# [Exercise instructions]
Scan the records below for the line containing "#89=CYLINDRICAL_SURFACE('',#88,4.);" and the line containing "#112=FACE_BOUND('',#111,.T.);". Copy both, plus every line between, exactly.

# [Extracted data entries]

_ _ _ _ _ _ _

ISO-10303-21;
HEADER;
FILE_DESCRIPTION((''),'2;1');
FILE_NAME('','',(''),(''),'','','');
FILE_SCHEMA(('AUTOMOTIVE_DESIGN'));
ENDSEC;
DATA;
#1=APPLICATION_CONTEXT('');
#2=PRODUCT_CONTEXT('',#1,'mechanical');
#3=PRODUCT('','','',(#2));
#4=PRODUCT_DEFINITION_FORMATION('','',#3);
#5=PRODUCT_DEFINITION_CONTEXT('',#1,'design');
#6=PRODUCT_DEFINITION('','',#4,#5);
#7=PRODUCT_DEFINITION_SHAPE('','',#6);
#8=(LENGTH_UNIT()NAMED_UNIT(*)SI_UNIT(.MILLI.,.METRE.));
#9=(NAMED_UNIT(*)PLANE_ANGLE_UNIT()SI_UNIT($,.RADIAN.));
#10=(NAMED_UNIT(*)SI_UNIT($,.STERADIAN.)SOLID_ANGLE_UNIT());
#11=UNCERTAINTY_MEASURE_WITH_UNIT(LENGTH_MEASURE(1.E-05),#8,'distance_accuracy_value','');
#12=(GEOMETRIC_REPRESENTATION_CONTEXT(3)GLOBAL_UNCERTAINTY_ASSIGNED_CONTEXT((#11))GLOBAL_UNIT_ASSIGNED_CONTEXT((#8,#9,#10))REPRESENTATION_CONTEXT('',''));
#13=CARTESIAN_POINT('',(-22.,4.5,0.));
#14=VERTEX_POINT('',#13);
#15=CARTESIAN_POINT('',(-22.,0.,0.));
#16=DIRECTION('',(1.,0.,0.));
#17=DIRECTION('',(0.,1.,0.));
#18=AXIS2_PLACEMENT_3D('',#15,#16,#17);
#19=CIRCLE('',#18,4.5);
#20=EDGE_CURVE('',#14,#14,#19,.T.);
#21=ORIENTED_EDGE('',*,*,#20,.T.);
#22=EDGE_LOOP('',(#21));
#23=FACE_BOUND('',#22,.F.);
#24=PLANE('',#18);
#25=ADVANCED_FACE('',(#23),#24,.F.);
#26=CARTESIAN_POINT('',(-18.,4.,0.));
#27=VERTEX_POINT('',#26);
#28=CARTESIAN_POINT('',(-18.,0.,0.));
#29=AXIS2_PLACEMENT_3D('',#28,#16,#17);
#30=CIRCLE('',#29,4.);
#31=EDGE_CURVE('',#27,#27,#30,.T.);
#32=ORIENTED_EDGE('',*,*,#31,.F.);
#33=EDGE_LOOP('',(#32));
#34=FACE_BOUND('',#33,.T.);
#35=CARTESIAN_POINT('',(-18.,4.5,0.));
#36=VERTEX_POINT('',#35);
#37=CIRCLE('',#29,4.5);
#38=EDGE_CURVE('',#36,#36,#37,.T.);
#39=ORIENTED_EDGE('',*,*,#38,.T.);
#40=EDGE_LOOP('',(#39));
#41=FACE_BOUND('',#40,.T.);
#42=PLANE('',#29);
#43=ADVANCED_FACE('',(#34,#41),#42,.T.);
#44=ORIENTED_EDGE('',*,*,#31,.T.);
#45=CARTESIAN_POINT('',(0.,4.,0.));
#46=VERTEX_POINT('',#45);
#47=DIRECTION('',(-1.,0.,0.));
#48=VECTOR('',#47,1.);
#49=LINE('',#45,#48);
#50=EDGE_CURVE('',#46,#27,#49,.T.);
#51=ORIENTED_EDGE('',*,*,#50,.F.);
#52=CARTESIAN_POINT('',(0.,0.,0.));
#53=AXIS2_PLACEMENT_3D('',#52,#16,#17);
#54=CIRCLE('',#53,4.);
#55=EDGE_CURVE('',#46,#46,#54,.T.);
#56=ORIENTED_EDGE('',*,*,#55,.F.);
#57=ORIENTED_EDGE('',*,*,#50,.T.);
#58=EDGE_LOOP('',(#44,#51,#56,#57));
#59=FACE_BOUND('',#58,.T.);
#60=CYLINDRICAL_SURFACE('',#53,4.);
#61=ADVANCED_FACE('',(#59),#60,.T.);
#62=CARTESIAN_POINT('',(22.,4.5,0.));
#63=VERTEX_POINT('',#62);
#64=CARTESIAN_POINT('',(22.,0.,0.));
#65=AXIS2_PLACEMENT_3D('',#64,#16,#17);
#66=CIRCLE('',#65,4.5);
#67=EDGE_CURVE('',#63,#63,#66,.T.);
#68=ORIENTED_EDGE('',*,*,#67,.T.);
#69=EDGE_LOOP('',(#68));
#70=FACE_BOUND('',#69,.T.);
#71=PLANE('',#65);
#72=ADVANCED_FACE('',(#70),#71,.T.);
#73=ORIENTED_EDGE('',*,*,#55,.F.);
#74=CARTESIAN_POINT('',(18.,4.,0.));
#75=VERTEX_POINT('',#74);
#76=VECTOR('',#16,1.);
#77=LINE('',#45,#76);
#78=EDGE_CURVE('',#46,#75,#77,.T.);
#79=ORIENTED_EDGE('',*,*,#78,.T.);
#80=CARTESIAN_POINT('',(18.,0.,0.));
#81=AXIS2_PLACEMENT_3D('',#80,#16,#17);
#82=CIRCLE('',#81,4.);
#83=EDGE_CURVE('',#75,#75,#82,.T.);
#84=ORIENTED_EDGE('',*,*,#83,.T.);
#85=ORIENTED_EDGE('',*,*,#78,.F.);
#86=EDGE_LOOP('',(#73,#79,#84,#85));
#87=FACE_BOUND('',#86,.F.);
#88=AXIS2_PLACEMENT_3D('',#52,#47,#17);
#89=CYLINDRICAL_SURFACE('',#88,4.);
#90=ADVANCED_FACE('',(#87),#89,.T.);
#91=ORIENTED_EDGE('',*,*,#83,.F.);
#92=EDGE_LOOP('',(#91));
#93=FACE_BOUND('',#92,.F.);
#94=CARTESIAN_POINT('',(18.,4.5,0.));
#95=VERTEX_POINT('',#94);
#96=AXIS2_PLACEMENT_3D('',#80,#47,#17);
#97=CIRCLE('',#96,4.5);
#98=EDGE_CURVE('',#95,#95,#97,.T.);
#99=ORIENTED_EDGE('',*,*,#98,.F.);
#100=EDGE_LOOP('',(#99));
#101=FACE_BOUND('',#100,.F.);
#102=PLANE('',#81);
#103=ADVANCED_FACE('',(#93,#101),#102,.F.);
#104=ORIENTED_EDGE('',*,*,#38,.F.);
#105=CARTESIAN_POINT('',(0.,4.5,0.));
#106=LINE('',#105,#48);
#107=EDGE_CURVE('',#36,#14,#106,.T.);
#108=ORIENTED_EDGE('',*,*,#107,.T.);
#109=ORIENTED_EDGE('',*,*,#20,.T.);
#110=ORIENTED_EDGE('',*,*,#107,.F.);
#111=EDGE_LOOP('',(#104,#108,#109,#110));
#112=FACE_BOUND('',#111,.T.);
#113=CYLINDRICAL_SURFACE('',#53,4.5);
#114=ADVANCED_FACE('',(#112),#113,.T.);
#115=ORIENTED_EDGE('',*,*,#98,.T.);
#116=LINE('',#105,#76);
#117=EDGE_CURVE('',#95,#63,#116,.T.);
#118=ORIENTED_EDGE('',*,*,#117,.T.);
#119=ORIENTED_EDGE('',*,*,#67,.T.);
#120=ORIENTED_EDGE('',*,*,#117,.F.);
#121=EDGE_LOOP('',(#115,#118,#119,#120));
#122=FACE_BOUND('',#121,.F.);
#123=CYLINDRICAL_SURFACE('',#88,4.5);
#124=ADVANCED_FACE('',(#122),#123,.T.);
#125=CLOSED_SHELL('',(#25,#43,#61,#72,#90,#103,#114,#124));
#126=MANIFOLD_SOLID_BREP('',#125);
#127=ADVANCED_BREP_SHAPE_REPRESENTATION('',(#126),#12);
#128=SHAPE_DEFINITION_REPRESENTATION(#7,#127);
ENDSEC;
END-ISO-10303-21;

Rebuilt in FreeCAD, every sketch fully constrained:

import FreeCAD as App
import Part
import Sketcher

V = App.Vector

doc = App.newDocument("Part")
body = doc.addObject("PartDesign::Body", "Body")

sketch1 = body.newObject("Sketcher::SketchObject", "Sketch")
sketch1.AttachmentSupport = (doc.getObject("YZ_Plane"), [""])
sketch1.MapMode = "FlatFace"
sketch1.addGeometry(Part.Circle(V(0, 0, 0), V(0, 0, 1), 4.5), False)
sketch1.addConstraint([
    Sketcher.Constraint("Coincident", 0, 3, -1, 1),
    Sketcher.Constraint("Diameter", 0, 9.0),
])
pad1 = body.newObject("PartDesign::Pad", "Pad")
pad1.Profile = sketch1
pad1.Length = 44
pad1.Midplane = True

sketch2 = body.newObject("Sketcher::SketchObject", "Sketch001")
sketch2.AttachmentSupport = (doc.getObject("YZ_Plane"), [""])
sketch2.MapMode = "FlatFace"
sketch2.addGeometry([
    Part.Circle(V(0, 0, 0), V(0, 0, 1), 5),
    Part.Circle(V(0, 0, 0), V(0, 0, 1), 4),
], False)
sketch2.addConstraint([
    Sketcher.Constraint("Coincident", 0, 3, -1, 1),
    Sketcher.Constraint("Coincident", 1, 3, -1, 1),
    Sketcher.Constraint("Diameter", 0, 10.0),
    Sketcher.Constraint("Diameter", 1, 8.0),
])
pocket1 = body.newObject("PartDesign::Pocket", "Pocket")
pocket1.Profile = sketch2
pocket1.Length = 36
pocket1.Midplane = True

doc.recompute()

_ _ _ _ _ _ _

# [Solution to this problem]
#89=CYLINDRICAL_SURFACE('',#88,4.);
#90=ADVANCED_FACE('',(#87),#89,.T.);
#91=ORIENTED_EDGE('',*,*,#83,.F.);
#92=EDGE_LOOP('',(#91));
#93=FACE_BOUND('',#92,.F.);
#94=CARTESIAN_POINT('',(18.,4.5,0.));
#95=VERTEX_POINT('',#94);
#96=AXIS2_PLACEMENT_3D('',#80,#47,#17);
#97=CIRCLE('',#96,4.5);
#98=EDGE_CURVE('',#95,#95,#97,.T.);
#99=ORIENTED_EDGE('',*,*,#98,.F.);
#100=EDGE_LOOP('',(#99));
#101=FACE_BOUND('',#100,.F.);
#102=PLANE('',#81);
#103=ADVANCED_FACE('',(#93,#101),#102,.F.);
#104=ORIENTED_EDGE('',*,*,#38,.F.);
#105=CARTESIAN_POINT('',(0.,4.5,0.));
#106=LINE('',#105,#48);
#107=EDGE_CURVE('',#36,#14,#106,.T.);
#108=ORIENTED_EDGE('',*,*,#107,.T.);
#109=ORIENTED_EDGE('',*,*,#20,.T.);
#110=ORIENTED_EDGE('',*,*,#107,.F.);
#111=EDGE_LOOP('',(#104,#108,#109,#110));
#112=FACE_BOUND('',#111,.T.);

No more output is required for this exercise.